WHAT THE TASK REQUIRES:
Counting only lines that contain "origin", state the total found in the material below. Add nothing else.

########################################

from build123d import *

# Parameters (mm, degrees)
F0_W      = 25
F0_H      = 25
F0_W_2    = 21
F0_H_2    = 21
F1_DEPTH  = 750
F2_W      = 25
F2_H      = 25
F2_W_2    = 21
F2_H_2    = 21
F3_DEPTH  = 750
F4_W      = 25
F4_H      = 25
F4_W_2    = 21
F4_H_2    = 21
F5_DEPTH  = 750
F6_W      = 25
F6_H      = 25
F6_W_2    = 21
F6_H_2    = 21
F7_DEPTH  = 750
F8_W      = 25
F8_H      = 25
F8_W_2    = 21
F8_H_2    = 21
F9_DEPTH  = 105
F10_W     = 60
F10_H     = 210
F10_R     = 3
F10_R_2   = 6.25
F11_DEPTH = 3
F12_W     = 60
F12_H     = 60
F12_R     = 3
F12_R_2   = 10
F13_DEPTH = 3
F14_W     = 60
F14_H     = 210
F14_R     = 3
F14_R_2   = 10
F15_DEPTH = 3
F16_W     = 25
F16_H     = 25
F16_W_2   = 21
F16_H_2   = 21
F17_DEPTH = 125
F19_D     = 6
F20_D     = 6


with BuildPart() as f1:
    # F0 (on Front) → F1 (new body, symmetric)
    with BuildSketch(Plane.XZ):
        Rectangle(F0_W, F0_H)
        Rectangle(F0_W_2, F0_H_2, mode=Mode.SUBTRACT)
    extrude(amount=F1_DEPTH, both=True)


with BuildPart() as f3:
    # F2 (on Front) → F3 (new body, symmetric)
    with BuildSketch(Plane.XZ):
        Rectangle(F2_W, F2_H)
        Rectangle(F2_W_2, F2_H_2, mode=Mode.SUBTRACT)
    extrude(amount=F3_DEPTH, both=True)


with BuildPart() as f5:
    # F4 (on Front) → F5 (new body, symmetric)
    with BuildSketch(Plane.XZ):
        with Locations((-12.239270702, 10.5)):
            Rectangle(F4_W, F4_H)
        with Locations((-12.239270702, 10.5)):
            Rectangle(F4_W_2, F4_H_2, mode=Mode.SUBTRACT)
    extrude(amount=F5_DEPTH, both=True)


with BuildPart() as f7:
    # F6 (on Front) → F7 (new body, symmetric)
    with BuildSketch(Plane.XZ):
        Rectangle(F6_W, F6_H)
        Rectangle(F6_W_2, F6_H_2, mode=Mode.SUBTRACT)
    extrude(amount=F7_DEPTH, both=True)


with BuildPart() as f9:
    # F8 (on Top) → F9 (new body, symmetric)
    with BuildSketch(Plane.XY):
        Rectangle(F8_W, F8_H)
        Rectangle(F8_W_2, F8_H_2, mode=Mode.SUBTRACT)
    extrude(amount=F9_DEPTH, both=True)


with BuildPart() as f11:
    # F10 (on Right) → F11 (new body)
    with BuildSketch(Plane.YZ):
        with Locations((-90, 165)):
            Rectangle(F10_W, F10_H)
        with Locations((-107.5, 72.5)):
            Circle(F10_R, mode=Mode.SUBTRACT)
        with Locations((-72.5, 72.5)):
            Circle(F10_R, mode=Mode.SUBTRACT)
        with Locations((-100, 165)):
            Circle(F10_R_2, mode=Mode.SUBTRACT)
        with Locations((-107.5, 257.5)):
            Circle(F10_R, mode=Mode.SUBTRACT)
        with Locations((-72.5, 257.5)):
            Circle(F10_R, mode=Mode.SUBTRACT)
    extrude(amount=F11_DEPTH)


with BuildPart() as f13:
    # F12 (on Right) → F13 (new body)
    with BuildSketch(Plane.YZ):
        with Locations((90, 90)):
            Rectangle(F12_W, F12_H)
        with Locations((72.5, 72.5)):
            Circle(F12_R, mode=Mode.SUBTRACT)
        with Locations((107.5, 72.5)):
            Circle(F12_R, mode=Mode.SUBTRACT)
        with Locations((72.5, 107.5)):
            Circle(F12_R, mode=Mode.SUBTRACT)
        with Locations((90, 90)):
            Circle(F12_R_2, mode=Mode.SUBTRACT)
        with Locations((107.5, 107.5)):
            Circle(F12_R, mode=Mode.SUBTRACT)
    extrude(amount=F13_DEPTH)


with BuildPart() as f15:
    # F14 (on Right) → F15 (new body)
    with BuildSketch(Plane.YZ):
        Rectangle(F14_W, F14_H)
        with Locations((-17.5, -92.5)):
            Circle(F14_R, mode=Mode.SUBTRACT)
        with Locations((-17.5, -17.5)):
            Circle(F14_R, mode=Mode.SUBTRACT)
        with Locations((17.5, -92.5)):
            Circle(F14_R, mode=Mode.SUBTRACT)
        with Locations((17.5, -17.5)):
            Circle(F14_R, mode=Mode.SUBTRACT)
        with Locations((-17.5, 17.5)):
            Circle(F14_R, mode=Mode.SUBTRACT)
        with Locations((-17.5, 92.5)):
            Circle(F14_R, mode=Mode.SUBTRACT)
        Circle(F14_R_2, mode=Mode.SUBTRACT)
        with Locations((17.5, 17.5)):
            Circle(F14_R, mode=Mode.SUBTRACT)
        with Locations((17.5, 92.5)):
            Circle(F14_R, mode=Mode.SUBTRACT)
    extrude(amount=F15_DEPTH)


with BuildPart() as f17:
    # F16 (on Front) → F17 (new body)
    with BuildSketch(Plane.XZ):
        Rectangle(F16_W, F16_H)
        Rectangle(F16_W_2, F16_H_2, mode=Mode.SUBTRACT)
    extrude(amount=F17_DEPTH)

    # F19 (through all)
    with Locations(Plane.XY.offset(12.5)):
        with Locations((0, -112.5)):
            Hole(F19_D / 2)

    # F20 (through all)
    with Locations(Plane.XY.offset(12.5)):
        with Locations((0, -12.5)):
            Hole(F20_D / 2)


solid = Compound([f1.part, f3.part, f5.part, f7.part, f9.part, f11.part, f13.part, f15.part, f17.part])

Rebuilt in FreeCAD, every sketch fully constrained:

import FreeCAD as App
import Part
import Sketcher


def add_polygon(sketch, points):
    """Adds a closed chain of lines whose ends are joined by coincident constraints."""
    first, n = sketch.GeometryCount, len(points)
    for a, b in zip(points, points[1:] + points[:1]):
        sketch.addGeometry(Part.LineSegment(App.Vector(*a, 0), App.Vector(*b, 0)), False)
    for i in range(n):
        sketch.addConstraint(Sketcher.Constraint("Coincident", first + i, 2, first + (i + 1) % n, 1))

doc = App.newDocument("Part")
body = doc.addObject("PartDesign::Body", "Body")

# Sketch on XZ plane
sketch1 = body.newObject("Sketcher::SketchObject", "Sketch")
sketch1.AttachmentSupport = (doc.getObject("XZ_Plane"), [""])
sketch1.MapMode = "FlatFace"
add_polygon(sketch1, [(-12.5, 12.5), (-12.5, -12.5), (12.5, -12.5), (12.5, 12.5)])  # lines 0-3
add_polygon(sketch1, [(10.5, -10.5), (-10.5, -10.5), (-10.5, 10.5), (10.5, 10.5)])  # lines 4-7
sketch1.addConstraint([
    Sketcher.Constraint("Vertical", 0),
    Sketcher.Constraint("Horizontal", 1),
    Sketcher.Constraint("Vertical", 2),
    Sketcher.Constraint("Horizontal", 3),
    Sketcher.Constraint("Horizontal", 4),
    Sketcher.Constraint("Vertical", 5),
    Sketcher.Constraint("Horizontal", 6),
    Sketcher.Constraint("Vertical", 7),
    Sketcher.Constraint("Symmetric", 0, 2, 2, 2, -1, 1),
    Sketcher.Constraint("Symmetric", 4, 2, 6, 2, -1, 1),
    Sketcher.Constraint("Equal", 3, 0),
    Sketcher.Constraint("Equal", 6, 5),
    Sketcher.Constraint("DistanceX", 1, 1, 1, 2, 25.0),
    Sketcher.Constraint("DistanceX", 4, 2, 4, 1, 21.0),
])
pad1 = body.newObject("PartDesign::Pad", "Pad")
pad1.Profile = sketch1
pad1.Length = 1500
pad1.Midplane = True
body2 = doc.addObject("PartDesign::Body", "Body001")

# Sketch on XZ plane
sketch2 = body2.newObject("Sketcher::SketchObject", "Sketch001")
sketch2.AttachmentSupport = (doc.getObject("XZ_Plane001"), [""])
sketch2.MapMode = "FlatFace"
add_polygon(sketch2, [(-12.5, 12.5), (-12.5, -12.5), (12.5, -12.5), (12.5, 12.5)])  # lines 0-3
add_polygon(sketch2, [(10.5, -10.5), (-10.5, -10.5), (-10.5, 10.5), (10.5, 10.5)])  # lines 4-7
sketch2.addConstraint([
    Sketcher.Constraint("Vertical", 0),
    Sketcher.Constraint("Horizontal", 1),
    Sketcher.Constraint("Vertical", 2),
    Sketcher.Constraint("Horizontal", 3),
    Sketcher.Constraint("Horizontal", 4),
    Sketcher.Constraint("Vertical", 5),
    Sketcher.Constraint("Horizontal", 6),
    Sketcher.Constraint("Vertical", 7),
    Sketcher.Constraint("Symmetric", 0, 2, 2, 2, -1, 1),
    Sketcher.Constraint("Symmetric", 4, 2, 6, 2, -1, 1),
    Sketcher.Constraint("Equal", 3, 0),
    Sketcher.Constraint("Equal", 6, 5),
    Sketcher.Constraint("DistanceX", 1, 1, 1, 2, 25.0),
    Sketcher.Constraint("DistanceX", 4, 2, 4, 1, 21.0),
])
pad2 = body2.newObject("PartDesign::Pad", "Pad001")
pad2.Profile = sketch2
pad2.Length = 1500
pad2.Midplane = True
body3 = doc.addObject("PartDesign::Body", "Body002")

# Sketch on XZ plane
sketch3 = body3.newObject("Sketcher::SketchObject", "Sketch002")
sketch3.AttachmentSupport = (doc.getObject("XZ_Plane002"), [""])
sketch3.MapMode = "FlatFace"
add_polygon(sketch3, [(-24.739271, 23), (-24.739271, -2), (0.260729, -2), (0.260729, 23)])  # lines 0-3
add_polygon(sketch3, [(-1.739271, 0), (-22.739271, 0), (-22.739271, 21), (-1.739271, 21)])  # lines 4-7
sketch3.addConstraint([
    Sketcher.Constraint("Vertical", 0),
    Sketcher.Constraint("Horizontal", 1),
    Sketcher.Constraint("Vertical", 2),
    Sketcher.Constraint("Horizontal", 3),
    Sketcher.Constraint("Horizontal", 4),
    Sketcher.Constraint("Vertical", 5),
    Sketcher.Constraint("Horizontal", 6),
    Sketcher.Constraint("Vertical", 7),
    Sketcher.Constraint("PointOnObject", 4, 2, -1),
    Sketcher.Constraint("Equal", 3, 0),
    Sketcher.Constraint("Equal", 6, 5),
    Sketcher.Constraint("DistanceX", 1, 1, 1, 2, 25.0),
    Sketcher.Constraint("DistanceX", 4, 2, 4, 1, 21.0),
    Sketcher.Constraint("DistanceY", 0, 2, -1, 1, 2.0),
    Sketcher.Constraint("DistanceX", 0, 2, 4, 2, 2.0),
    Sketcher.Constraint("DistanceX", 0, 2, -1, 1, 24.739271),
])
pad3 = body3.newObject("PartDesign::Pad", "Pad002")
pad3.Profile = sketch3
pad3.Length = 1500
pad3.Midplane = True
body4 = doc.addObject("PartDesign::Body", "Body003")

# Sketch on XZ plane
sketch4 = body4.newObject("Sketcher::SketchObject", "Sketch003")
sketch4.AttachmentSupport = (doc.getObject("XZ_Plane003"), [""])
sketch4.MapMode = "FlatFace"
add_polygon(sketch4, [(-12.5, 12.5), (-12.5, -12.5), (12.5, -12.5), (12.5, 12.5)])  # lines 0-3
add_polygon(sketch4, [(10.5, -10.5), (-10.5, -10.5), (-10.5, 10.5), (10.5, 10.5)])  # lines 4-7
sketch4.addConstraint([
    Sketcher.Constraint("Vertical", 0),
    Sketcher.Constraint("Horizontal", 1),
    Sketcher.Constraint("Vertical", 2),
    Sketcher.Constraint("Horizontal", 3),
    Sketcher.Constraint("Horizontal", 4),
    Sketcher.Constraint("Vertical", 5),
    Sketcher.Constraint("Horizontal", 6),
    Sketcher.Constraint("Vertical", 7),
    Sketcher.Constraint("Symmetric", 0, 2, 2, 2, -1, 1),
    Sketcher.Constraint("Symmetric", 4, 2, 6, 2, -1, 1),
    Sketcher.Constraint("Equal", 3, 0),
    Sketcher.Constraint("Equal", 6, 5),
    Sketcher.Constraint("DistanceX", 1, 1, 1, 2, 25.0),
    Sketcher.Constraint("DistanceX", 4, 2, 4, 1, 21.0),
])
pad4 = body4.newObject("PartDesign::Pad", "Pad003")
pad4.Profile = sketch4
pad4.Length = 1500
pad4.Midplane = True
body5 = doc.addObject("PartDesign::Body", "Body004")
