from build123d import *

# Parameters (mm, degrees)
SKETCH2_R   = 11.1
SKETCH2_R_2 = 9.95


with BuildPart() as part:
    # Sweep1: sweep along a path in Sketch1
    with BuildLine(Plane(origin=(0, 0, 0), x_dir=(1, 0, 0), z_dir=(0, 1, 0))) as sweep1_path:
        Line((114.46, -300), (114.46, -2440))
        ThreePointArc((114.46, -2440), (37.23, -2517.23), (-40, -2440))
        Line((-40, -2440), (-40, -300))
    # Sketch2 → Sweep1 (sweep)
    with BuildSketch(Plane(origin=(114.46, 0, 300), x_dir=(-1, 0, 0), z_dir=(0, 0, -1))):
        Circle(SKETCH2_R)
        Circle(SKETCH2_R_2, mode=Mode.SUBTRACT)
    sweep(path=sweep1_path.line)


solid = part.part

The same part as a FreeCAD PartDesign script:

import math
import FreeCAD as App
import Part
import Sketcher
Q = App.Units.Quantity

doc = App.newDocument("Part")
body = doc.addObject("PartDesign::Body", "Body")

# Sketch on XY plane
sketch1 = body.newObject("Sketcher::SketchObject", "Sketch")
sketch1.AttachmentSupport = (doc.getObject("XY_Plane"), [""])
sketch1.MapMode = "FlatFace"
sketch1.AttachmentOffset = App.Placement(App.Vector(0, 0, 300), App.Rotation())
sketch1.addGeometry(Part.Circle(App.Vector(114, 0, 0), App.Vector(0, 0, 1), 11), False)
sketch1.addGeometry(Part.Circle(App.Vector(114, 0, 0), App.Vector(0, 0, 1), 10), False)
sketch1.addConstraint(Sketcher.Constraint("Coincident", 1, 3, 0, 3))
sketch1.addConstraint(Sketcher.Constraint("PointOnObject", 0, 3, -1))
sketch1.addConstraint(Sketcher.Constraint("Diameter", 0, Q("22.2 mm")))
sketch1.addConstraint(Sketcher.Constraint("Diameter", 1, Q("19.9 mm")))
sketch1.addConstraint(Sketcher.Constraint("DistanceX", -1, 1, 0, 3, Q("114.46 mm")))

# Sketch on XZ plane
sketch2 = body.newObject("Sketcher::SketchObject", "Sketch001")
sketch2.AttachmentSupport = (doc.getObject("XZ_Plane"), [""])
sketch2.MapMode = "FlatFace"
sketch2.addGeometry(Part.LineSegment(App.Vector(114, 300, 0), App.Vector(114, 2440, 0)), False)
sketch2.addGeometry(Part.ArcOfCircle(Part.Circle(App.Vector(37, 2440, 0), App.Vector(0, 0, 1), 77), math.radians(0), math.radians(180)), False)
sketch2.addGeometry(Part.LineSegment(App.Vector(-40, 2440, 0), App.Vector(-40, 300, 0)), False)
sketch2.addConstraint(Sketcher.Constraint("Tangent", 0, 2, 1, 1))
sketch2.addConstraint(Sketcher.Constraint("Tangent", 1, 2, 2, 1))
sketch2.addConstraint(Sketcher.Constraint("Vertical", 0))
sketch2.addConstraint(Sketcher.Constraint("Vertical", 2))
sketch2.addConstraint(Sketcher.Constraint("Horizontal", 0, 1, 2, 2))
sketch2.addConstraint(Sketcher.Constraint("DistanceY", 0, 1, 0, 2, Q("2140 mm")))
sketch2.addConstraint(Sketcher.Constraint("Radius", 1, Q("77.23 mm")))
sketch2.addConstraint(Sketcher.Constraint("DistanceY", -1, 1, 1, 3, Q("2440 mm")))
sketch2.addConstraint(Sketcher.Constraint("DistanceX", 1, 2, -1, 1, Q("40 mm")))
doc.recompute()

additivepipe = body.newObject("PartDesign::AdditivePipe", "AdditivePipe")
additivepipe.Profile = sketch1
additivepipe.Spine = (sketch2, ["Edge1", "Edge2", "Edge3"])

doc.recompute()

########################################

ANSWER AREA:
2